Task prompt:
Nothing but an exact copy of the records is expected here.

(Stored items)
Segment Open

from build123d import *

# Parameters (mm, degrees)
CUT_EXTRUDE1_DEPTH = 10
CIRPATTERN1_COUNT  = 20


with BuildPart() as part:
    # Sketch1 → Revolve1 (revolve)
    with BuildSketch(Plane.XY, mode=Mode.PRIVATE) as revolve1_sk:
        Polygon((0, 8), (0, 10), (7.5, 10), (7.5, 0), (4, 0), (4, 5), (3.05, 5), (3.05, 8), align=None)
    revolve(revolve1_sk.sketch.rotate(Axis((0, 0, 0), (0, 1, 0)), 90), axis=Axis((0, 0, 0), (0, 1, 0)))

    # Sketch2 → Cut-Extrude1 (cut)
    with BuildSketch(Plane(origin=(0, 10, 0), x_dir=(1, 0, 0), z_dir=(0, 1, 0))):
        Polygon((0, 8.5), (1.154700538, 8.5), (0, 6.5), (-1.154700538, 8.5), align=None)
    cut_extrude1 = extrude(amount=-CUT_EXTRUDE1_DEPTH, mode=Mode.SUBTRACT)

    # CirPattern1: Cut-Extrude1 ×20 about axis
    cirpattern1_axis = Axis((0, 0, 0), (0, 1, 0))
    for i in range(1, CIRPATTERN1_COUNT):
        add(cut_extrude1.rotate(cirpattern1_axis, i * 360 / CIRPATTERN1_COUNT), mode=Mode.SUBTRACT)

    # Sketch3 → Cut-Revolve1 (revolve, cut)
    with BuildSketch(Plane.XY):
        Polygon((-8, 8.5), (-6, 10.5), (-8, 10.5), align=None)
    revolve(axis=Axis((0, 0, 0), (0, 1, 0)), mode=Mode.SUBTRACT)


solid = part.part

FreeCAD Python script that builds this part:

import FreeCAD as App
import Part
import Sketcher
Q = App.Units.Quantity

doc = App.newDocument("Part")
body = doc.addObject("PartDesign::Body", "Body")

sketch1 = body.newObject("Sketcher::SketchObject", "Sketch")
sketch1.AttachmentSupport = (doc.getObject("XY_Plane"), [""])
sketch1.MapMode = "FlatFace"
sketch1.addGeometry([
    Part.LineSegment(App.Vector(0, 10, 0), App.Vector(0, 8, 0)),
    Part.LineSegment(App.Vector(0, 8, 0), App.Vector(3.05, 8, 0)),
    Part.LineSegment(App.Vector(3.05, 8, 0), App.Vector(3.05, 5, 0)),
    Part.LineSegment(App.Vector(3.05, 5, 0), App.Vector(4, 5, 0)),
    Part.LineSegment(App.Vector(4, 5, 0), App.Vector(4, 0, 0)),
    Part.LineSegment(App.Vector(4, 0, 0), App.Vector(7.5, 0, 0)),
    Part.LineSegment(App.Vector(7.5, 0, 0), App.Vector(7.5, 10, 0)),
    Part.LineSegment(App.Vector(7.5, 10, 0), App.Vector(0, 10, 0)),
], False)
sketch1.addConstraint([
    Sketcher.Constraint("Coincident", 0, 2, 1, 1),
    Sketcher.Constraint("Coincident", 1, 2, 2, 1),
    Sketcher.Constraint("Coincident", 2, 2, 3, 1),
    Sketcher.Constraint("Coincident", 3, 2, 4, 1),
    Sketcher.Constraint("Coincident", 4, 2, 5, 1),
    Sketcher.Constraint("Coincident", 5, 2, 6, 1),
    Sketcher.Constraint("Coincident", 6, 2, 7, 1),
    Sketcher.Constraint("Coincident", 7, 2, 0, 1),
    Sketcher.Constraint("Vertical", 0),
    Sketcher.Constraint("Horizontal", 1),
    Sketcher.Constraint("Vertical", 2),
    Sketcher.Constraint("Horizontal", 3),
    Sketcher.Constraint("Vertical", 4),
    Sketcher.Constraint("Horizontal", 5),
    Sketcher.Constraint("Vertical", 6),
    Sketcher.Constraint("Horizontal", 7),
    Sketcher.Constraint("PointOnObject", 0, 2, -2),
    Sketcher.Constraint("PointOnObject", 4, 2, -1),
    Sketcher.Constraint("DistanceY", 0, 2, 0, 1, 2.0),
    Sketcher.Constraint("DistanceY", 2, 2, 2, 1, 3.0),
    Sketcher.Constraint("DistanceY", 4, 2, 4, 1, 5.0),
    Sketcher.Constraint("DistanceX", 5, 1, 5, 2, 3.5),
    Sketcher.Constraint("DistanceX", 7, 2, 7, 1, 7.5),
    Sketcher.Constraint("DistanceX", 1, 1, 1, 2, 3.05),
])
revolution = body.newObject("PartDesign::Revolution", "Revolution")
revolution.Profile = sketch1
revolution.ReferenceAxis = (sketch1, ["V_Axis"])
revolution.Angle = 360

sketch2 = body.newObject("Sketcher::SketchObject", "Sketch001")
sketch2.AttachmentSupport = (doc.getObject("XZ_Plane"), [""])
sketch2.MapMode = "FlatFace"
sketch2.AttachmentOffset = App.Placement(App.Vector(0, 0, -10), App.Rotation())
sketch2.addGeometry([
    Part.LineSegment(App.Vector(1.154701, -8.5, 0), App.Vector(-1.154701, -8.5, 0)),
    Part.LineSegment(App.Vector(-1.154701, -8.5, 0), App.Vector(0, -6.5, 0)),
    Part.LineSegment(App.Vector(0, -6.5, 0), App.Vector(1.154701, -8.5, 0)),
], False)
sketch2.addConstraint([
    Sketcher.Constraint("Coincident", 0, 2, 1, 1),
    Sketcher.Constraint("Coincident", 1, 2, 2, 1),
    Sketcher.Constraint("Coincident", 2, 2, 0, 1),
    Sketcher.Constraint("Horizontal", 0),
    Sketcher.Constraint("PointOnObject", 1, 2, -2),
    Sketcher.Constraint("Equal", 1, 2),
    Sketcher.Constraint("Angle", 1, Q("60 deg")),
    Sketcher.Constraint("DistanceY", 0, 2, 1, 2, 2.0),
    Sketcher.Constraint("DistanceY", 0, 2, -1, 1, 8.5),
])
pocket1 = body.newObject("PartDesign::Pocket", "Pocket")
pocket1.Profile = sketch2
pocket1.Length = 10
pocket1.Reversed = True
doc.recompute()

polarpattern = body.newObject("PartDesign::PolarPattern", "PolarPattern")
polarpattern.Originals = [pocket1]
polarpattern.Axis = (doc.getObject("Y_Axis"), [""])
polarpattern.Angle = 360
polarpattern.Occurrences = 20
body.Tip = polarpattern

sketch3 = body.newObject("Sketcher::SketchObject", "Sketch002")
sketch3.AttachmentSupport = (doc.getObject("XY_Plane"), [""])
sketch3.MapMode = "FlatFace"
sketch3.addGeometry([
    Part.LineSegment(App.Vector(-8, 8.5, 0), App.Vector(-6, 10.5, 0)),
    Part.LineSegment(App.Vector(-6, 10.5, 0), App.Vector(-8, 10.5, 0)),
    Part.LineSegment(App.Vector(-8, 10.5, 0), App.Vector(-8, 8.5, 0)),
], False)
sketch3.addConstraint([
    Sketcher.Constraint("Coincident", 0, 2, 1, 1),
    Sketcher.Constraint("Coincident", 1, 2, 2, 1),
    Sketcher.Constraint("Coincident", 2, 2, 0, 1),
    Sketcher.Constraint("Horizontal", 1),
    Sketcher.Constraint("Vertical", 2),
    Sketcher.Constraint("Equal", 1, 2),
    Sketcher.Constraint("DistanceX", 1, 2, 1, 1, 2.0),
    Sketcher.Constraint("DistanceX", 0, 2, -1, 1, 6.0),
    Sketcher.Constraint("DistanceY", -1, 1, 0, 2, 10.5),
])
groove = body.newObject("PartDesign::Groove", "Groove")
groove.Profile = sketch3
groove.ReferenceAxis = (sketch3, ["V_Axis"])
groove.Angle = 360

doc.recompute()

Segment Closed

Written answer:
from build123d import *

# Parameters (mm, degrees)
CUT_EXTRUDE1_DEPTH = 10
CIRPATTERN1_COUNT  = 20


with BuildPart() as part:
    # Sketch1 → Revolve1 (revolve)
    with BuildSketch(Plane.XY, mode=Mode.PRIVATE) as revolve1_sk:
        Polygon((0, 8), (0, 10), (7.5, 10), (7.5, 0), (4, 0), (4, 5), (3.05, 5), (3.05, 8), align=None)
    revolve(revolve1_sk.sketch.rotate(Axis((0, 0, 0), (0, 1, 0)), 90), axis=Axis((0, 0, 0), (0, 1, 0)))

    # Sketch2 → Cut-Extrude1 (cut)
    with BuildSketch(Plane(origin=(0, 10, 0), x_dir=(1, 0, 0), z_dir=(0, 1, 0))):
        Polygon((0, 8.5), (1.154700538, 8.5), (0, 6.5), (-1.154700538, 8.5), align=None)
    cut_extrude1 = extrude(amount=-CUT_EXTRUDE1_DEPTH, mode=Mode.SUBTRACT)

    # CirPattern1: Cut-Extrude1 ×20 about axis
    cirpattern1_axis = Axis((0, 0, 0), (0, 1, 0))
    for i in range(1, CIRPATTERN1_COUNT):
        add(cut_extrude1.rotate(cirpattern1_axis, i * 360 / CIRPATTERN1_COUNT), mode=Mode.SUBTRACT)

    # Sketch3 → Cut-Revolve1 (revolve, cut)
    with BuildSketch(Plane.XY):
        Polygon((-8, 8.5), (-6, 10.5), (-8, 10.5), align=None)
    revolve(axis=Axis((0, 0, 0), (0, 1, 0)), mode=Mode.SUBTRACT)


solid = part.part

FreeCAD Python script that builds this part:

import FreeCAD as App
import Part
import Sketcher
Q = App.Units.Quantity

doc = App.newDocument("Part")
body = doc.addObject("PartDesign::Body", "Body")

sketch1 = body.newObject("Sketcher::SketchObject", "Sketch")
sketch1.AttachmentSupport = (doc.getObject("XY_Plane"), [""])
sketch1.MapMode = "FlatFace"
sketch1.addGeometry([
    Part.LineSegment(App.Vector(0, 10, 0), App.Vector(0, 8, 0)),
    Part.LineSegment(App.Vector(0, 8, 0), App.Vector(3.05, 8, 0)),
    Part.LineSegment(App.Vector(3.05, 8, 0), App.Vector(3.05, 5, 0)),
    Part.LineSegment(App.Vector(3.05, 5, 0), App.Vector(4, 5, 0)),
    Part.LineSegment(App.Vector(4, 5, 0), App.Vector(4, 0, 0)),
    Part.LineSegment(App.Vector(4, 0, 0), App.Vector(7.5, 0, 0)),
    Part.LineSegment(App.Vector(7.5, 0, 0), App.Vector(7.5, 10, 0)),
    Part.LineSegment(App.Vector(7.5, 10, 0), App.Vector(0, 10, 0)),
], False)
sketch1.addConstraint([
    Sketcher.Constraint("Coincident", 0, 2, 1, 1),
    Sketcher.Constraint("Coincident", 1, 2, 2, 1),
    Sketcher.Constraint("Coincident", 2, 2, 3, 1),
    Sketcher.Constraint("Coincident", 3, 2, 4, 1),
    Sketcher.Constraint("Coincident", 4, 2, 5, 1),
    Sketcher.Constraint("Coincident", 5, 2, 6, 1),
    Sketcher.Constraint("Coincident", 6, 2, 7, 1),
    Sketcher.Constraint("Coincident", 7, 2, 0, 1),
    Sketcher.Constraint("Vertical", 0),
    Sketcher.Constraint("Horizontal", 1),
    Sketcher.Constraint("Vertical", 2),
    Sketcher.Constraint("Horizontal", 3),
    Sketcher.Constraint("Vertical", 4),
    Sketcher.Constraint("Horizontal", 5),
    Sketcher.Constraint("Vertical", 6),
    Sketcher.Constraint("Horizontal", 7),
    Sketcher.Constraint("PointOnObject", 0, 2, -2),
    Sketcher.Constraint("PointOnObject", 4, 2, -1),
    Sketcher.Constraint("DistanceY", 0, 2, 0, 1, 2.0),
    Sketcher.Constraint("DistanceY", 2, 2, 2, 1, 3.0),
    Sketcher.Constraint("DistanceY", 4, 2, 4, 1, 5.0),
    Sketcher.Constraint("DistanceX", 5, 1, 5, 2, 3.5),
    Sketcher.Constraint("DistanceX", 7, 2, 7, 1, 7.5),
    Sketcher.Constraint("DistanceX", 1, 1, 1, 2, 3.05),
])
revolution = body.newObject("PartDesign::Revolution", "Revolution")
revolution.Profile = sketch1
revolution.ReferenceAxis = (sketch1, ["V_Axis"])
revolution.Angle = 360

sketch2 = body.newObject("Sketcher::SketchObject", "Sketch001")
sketch2.AttachmentSupport = (doc.getObject("XZ_Plane"), [""])
sketch2.MapMode = "FlatFace"
sketch2.AttachmentOffset = App.Placement(App.Vector(0, 0, -10), App.Rotation())
sketch2.addGeometry([
    Part.LineSegment(App.Vector(1.154701, -8.5, 0), App.Vector(-1.154701, -8.5, 0)),
    Part.LineSegment(App.Vector(-1.154701, -8.5, 0), App.Vector(0, -6.5, 0)),
    Part.LineSegment(App.Vector(0, -6.5, 0), App.Vector(1.154701, -8.5, 0)),
], False)
sketch2.addConstraint([
    Sketcher.Constraint("Coincident", 0, 2, 1, 1),
    Sketcher.Constraint("Coincident", 1, 2, 2, 1),
    Sketcher.Constraint("Coincident", 2, 2, 0, 1),
    Sketcher.Constraint("Horizontal", 0),
    Sketcher.Constraint("PointOnObject", 1, 2, -2),
    Sketcher.Constraint("Equal", 1, 2),
    Sketcher.Constraint("Angle", 1, Q("60 deg")),
    Sketcher.Constraint("DistanceY", 0, 2, 1, 2, 2.0),
    Sketcher.Constraint("DistanceY", 0, 2, -1, 1, 8.5),
])
pocket1 = body.newObject("PartDesign::Pocket", "Pocket")
pocket1.Profile = sketch2
pocket1.Length = 10
pocket1.Reversed = True
doc.recompute()

polarpattern = body.newObject("PartDesign::PolarPattern", "PolarPattern")
polarpattern.Originals = [pocket1]
polarpattern.Axis = (doc.getObject("Y_Axis"), [""])
polarpattern.Angle = 360
polarpattern.Occurrences = 20
body.Tip = polarpattern

sketch3 = body.newObject("Sketcher::SketchObject", "Sketch002")
sketch3.AttachmentSupport = (doc.getObject("XY_Plane"), [""])
sketch3.MapMode = "FlatFace"
sketch3.addGeometry([
    Part.LineSegment(App.Vector(-8, 8.5, 0), App.Vector(-6, 10.5, 0)),
    Part.LineSegment(App.Vector(-6, 10.5, 0), App.Vector(-8, 10.5, 0)),
    Part.LineSegment(App.Vector(-8, 10.5, 0), App.Vector(-8, 8.5, 0)),
], False)
sketch3.addConstraint([
    Sketcher.Constraint("Coincident", 0, 2, 1, 1),
    Sketcher.Constraint("Coincident", 1, 2, 2, 1),
    Sketcher.Constraint("Coincident", 2, 2, 0, 1),
    Sketcher.Constraint("Horizontal", 1),
    Sketcher.Constraint("Vertical", 2),
    Sketcher.Constraint("Equal", 1, 2),
    Sketcher.Constraint("DistanceX", 1, 2, 1, 1, 2.0),
    Sketcher.Constraint("DistanceX", 0, 2, -1, 1, 6.0),
    Sketcher.Constraint("DistanceY", -1, 1, 0, 2, 10.5),
])
groove = body.newObject("PartDesign::Groove", "Groove")
groove.Profile = sketch3
groove.ReferenceAxis = (sketch3, ["V_Axis"])
groove.Angle = 360

doc.recompute()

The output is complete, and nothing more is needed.